Delhi's new electric vehicle policy, approved Monday, will not offer subsidies for strong hybrid vehicles, reversing an earlier draft proposal. The move aims to prioritize the adoption of pure battery electric vehicles and protect investments by domestic EV manufacturers.

The Delhi government has approved a new electric vehicle (EV) policy that notably excludes strong hybrid vehicles from receiving any financial benefits. This decision marks a significant U-turn from a draft policy published just over two months prior, which had proposed a 50% exemption on road tax and registration fees for strong hybrid electric vehicles priced below Rs 30 lakh (ex-showroom) until March 31, 2030.

Why Delhi Reversed its Stand on Hybrid Incentives

According to Delhi Transport Secretary Niharika Rai, the provision for strong hybrid cars was dropped after extensive consultations with various stakeholders. The primary rationale behind this reversal is to safeguard the substantial investments made by domestic electric vehicle manufacturers, such as Tata Motors Passenger Vehicles and Mahindra & Mahindra (M&M), in pure battery electric vehicle technology.

Policymakers expressed concerns that promoting strong hybrid cars could potentially undermine the sales of battery electric vehicles (BEVs) and slow their overall adoption in the national capital. EVs already face hurdles like high upfront costs, range anxiety, and a developing charging infrastructure. Incentivizing hybrids might divert consumers away from fully electric options.

Industry Reactions and Policy Alignment

The decision by the Delhi government echoes a similar move in neighbouring Uttar Pradesh last year, where incentives for strong hybrid vehicles were also rolled back. The tax structure further highlights the distinction: pure EVs attract a 5% Goods and Services Tax (GST), while strong hybrid vehicles are taxed at 40% GST, identical to conventional internal-combustion engine (ICE) vehicles.

While Japanese automakers like Maruti Suzuki and Toyota Kirloskar Motor have advocated for incentives for strong hybrid cars, Indian manufacturers such as Tata Motors PV and M&M have actively lobbied against any tax exemptions for hybrids.

Tata Motors Passenger Vehicles, India’s largest electric car manufacturer, lauded Delhi’s new policy. In a statement, the company said, “Delhi has once again demonstrated leadership in doing the right thing.
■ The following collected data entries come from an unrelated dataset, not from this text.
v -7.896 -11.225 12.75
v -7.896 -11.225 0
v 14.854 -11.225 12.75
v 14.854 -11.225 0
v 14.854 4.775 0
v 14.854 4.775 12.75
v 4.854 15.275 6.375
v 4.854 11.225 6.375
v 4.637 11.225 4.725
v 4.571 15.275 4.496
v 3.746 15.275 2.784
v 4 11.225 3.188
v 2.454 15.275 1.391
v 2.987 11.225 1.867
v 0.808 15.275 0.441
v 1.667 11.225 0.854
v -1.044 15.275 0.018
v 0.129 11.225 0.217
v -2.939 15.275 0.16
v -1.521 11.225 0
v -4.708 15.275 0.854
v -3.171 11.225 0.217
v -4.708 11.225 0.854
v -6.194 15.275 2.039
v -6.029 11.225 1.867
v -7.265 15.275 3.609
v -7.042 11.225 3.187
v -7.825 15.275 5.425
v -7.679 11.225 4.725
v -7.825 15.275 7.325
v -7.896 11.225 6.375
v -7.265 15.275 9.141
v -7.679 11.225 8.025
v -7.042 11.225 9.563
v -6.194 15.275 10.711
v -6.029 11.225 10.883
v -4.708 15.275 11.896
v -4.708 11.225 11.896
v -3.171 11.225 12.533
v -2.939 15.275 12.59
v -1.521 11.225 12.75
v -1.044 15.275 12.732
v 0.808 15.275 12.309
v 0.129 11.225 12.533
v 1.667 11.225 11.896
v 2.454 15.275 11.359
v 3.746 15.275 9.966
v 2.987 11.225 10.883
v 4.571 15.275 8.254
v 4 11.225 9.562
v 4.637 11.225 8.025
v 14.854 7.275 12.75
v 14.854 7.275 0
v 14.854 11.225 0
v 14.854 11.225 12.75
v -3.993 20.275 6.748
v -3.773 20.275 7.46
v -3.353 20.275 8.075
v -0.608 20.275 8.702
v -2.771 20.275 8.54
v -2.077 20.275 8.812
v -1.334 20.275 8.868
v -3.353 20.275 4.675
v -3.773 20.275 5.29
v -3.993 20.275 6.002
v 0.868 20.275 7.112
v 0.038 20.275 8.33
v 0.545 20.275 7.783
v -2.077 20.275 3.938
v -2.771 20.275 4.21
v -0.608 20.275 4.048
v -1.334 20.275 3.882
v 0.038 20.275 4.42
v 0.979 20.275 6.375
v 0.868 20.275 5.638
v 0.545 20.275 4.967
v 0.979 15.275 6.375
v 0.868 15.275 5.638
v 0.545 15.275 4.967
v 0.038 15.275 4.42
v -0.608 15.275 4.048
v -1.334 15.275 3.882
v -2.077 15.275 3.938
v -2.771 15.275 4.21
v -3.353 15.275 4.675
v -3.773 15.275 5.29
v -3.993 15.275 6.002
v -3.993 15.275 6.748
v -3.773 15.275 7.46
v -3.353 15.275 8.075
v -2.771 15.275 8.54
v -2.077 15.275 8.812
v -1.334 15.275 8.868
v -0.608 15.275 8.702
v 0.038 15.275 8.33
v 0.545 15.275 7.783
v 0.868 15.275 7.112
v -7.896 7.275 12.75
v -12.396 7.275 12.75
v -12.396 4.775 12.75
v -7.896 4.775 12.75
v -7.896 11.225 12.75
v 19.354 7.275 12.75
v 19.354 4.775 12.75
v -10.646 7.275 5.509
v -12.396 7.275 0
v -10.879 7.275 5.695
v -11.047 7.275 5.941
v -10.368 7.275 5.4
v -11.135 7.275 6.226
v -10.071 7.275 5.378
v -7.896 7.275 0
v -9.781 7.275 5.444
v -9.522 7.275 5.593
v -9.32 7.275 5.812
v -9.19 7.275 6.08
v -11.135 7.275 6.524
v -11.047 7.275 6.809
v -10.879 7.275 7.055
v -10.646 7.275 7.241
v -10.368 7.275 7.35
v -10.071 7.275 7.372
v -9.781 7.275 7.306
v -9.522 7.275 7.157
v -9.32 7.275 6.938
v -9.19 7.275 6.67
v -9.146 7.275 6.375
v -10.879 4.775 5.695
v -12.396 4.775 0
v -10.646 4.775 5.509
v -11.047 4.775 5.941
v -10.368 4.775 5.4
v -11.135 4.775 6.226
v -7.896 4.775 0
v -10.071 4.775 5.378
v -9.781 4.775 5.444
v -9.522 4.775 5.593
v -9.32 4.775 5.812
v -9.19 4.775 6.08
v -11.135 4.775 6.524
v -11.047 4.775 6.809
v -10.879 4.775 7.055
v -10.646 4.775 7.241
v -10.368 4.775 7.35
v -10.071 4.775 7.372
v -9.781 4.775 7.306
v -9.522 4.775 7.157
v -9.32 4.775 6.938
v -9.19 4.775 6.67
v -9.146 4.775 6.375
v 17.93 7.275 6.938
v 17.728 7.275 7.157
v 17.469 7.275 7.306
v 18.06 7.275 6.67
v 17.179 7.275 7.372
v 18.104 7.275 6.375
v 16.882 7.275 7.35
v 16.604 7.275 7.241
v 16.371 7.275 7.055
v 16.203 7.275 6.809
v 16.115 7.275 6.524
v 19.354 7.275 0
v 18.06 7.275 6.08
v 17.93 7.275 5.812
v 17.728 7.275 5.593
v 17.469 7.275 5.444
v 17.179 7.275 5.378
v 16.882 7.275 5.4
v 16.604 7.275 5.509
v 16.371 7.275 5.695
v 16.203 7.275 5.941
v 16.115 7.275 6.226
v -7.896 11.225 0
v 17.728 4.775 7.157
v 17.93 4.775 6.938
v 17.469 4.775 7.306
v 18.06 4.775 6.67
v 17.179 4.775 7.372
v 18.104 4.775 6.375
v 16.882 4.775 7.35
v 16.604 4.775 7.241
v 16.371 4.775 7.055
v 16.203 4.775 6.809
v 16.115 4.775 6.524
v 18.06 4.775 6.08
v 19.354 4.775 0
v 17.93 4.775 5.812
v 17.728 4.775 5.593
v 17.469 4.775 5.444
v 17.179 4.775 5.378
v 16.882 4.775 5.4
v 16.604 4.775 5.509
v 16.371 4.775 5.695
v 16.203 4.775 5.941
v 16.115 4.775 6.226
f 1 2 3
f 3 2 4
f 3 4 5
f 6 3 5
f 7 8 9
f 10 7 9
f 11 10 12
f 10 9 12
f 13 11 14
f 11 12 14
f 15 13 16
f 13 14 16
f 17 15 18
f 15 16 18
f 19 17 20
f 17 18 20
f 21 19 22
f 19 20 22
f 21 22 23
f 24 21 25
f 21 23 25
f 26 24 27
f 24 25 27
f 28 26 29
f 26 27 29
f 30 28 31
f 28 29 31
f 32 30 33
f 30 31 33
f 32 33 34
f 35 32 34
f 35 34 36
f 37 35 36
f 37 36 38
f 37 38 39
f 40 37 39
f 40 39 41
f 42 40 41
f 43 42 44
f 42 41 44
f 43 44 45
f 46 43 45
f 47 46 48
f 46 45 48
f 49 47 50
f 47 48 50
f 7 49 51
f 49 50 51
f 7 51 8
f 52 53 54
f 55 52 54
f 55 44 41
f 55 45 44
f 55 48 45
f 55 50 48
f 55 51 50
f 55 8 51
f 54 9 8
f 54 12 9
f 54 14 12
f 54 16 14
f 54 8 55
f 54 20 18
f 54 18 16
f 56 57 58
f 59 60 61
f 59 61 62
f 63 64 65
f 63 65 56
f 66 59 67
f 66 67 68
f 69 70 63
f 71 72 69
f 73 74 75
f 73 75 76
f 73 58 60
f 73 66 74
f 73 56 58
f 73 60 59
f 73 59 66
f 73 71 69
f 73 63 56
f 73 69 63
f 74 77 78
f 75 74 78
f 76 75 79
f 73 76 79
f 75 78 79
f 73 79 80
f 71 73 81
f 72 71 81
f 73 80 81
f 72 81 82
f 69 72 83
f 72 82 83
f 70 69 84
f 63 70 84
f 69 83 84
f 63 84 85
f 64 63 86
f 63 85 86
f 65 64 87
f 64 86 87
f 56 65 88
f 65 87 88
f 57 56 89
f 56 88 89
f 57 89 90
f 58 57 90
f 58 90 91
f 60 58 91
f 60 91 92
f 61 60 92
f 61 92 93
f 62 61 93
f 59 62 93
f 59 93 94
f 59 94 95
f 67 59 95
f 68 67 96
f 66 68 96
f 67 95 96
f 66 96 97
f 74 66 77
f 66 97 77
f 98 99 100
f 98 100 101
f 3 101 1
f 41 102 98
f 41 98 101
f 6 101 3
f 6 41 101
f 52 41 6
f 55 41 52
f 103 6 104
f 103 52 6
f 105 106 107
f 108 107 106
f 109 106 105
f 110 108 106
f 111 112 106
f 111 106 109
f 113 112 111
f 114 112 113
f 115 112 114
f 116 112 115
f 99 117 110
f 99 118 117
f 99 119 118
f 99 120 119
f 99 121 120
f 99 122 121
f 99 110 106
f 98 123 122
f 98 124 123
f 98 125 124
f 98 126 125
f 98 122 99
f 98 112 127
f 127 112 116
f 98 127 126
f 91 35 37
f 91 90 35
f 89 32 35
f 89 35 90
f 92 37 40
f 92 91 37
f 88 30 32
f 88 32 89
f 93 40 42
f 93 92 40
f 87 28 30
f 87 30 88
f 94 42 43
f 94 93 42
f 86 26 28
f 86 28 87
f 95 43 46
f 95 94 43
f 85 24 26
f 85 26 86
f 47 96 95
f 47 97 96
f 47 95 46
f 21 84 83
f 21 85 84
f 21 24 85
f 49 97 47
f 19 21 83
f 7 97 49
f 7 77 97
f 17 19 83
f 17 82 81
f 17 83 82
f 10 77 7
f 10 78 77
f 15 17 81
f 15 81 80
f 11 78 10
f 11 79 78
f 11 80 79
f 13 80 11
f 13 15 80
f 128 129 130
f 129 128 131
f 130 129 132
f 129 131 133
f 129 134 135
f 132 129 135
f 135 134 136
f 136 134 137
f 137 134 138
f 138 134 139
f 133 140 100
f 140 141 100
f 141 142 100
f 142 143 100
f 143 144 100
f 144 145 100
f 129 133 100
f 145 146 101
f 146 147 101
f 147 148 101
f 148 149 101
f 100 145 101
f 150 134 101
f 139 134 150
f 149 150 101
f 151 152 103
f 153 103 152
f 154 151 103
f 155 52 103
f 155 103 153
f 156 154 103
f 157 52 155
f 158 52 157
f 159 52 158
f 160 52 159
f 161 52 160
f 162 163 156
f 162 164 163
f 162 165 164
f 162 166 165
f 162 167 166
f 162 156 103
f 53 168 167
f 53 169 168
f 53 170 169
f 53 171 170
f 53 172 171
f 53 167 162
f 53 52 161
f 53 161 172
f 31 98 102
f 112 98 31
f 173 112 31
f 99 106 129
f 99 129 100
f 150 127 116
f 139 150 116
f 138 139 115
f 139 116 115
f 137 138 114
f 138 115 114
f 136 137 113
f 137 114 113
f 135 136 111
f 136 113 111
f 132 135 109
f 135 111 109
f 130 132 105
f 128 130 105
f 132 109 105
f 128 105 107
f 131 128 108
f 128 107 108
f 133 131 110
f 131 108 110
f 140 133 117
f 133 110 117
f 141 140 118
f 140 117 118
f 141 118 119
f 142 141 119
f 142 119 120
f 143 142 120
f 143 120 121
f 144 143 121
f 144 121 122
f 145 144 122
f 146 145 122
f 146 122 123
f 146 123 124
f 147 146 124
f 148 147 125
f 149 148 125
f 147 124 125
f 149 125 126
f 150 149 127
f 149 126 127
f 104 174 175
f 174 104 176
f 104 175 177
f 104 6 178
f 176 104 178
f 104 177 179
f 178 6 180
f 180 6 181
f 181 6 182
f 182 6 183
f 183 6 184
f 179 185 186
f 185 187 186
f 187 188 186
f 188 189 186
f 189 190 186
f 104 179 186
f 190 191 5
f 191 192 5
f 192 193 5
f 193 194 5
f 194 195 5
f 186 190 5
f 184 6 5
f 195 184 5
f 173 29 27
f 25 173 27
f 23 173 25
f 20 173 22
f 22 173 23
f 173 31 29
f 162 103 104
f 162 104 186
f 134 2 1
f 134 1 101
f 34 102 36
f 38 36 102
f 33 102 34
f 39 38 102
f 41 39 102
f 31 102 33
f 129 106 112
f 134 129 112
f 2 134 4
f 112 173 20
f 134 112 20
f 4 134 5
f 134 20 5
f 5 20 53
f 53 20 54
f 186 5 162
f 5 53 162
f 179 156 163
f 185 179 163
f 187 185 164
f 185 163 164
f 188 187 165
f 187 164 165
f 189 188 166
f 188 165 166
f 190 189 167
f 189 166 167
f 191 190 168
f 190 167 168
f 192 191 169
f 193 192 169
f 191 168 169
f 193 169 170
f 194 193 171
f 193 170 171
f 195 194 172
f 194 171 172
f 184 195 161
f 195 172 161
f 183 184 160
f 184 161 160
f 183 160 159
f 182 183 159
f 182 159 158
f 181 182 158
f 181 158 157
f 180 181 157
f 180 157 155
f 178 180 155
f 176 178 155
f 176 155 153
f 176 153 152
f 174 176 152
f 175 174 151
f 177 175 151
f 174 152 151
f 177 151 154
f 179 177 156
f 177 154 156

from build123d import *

# Parameters (mm, degrees)
SKETCH1_W           = 22.75
SKETCH1_H           = 22.45
BOSS_EXTRUDE1_DEPTH = 12.75
SKETCH2_W           = 12.75
SKETCH2_H           = 2.5
BOSS_EXTRUDE2_DEPTH = 4.5
SKETCH3_W           = 12.75
SKETCH3_H           = 2.5
BOSS_EXTRUDE3_DEPTH = 4.5
SKETCH4_R           = 1
CUT_EXTRUDE1_DEPTH  = 2.5
SKETCH5_R           = 1
CUT_EXTRUDE2_DEPTH  = 2.5
SKETCH6_R           = 6.375
BOSS_EXTRUDE4_DEPTH = 4.05
SKETCH7_R           = 2.5
BOSS_EXTRUDE5_DEPTH = 5


with BuildPart() as part:
    # Sketch1 → Boss-Extrude1 (new body)
    with BuildSketch(Plane.XY):
        with Locations((3.479135338, 0)):
            Rectangle(SKETCH1_W, SKETCH1_H)
    extrude(amount=BOSS_EXTRUDE1_DEPTH)

    # Sketch2 → Boss-Extrude2 (add)
    with BuildSketch(Plane(origin=(14.854135338, 0, 0), x_dir=(0, 0, -1), z_dir=(1, 0, 0))):
        with Locations((-6.375, 6.025)):
            Rectangle(SKETCH2_W, SKETCH2_H)
    extrude(amount=BOSS_EXTRUDE2_DEPTH)

    # Sketch3 → Boss-Extrude3 (add)
    with BuildSketch(Plane.ZY.offset(7.895864662)):
        with Locations((6.375, 6.025)):
            Rectangle(SKETCH3_W, SKETCH3_H)
    extrude(amount=BOSS_EXTRUDE3_DEPTH)

    # Sketch4 → Cut-Extrude1 (cut)
    with BuildSketch(Plane(origin=(0, 7.275, 0), x_dir=(1, 0, 0), z_dir=(0, 1, 0))):
        with Locations((-10.145864662, -6.375)):
            Circle(SKETCH4_R)
    extrude(amount=-CUT_EXTRUDE1_DEPTH, mode=Mode.SUBTRACT)

    # Sketch5 → Cut-Extrude2 (cut)
    with BuildSketch(Plane(origin=(0, 7.275, 0), x_dir=(1, 0, 0), z_dir=(0, 1, 0))):
        with Locations((17.104135338, -6.375)):
            Circle(SKETCH5_R)
    extrude(amount=-CUT_EXTRUDE2_DEPTH, mode=Mode.SUBTRACT)

    # Sketch6 → Boss-Extrude4 (add)
    with BuildSketch(Plane(origin=(0, 11.225, 0), x_dir=(1, 0, 0), z_dir=(0, 1, 0))):
        with Locations((-1.520864662, -6.375)):
            Circle(SKETCH6_R)
    extrude(amount=BOSS_EXTRUDE4_DEPTH)

    # Sketch7 → Boss-Extrude5 (add)
    with BuildSketch(Plane(origin=(0, 15.275, 0), x_dir=(1, 0, 0), z_dir=(0, 1, 0))):
        with Locations((-1.520864662, -6.375)):
            Circle(SKETCH7_R)
    extrude(amount=BOSS_EXTRUDE5_DEPTH)


solid = part.part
By retaining ambitious electrification timelines for high-usage vehicle segments and focusing policy incentives on pure EVs, the government has reinforced the principle that public support should benefit and accelerate technologies that deliver the maximum environmental benefit with zero-emissions.” They added that the policy provides long-term direction and strengthens confidence in India's EV ecosystem.

Mahindra Group CEO & MD Anish Shah had previously described hybrid technology as a “short-term technology” that could detract from EV growth by hindering the development of charging infrastructure.

Impact on Vehicle Sales

Despite the policy shift, both segments have shown robust growth. In the 2025-26 financial year, electric car sales in India surged by 84% year-on-year, surpassing 200,000 units. Strong hybrid car sales also recorded significant growth, increasing by 35% from the previous year to reach 112,000 units during the same period, according to VAHAN data.

The Delhi government’s new policy aims to provide a clear long-term direction, focusing public support on technologies that offer maximum environmental benefits through zero emissions.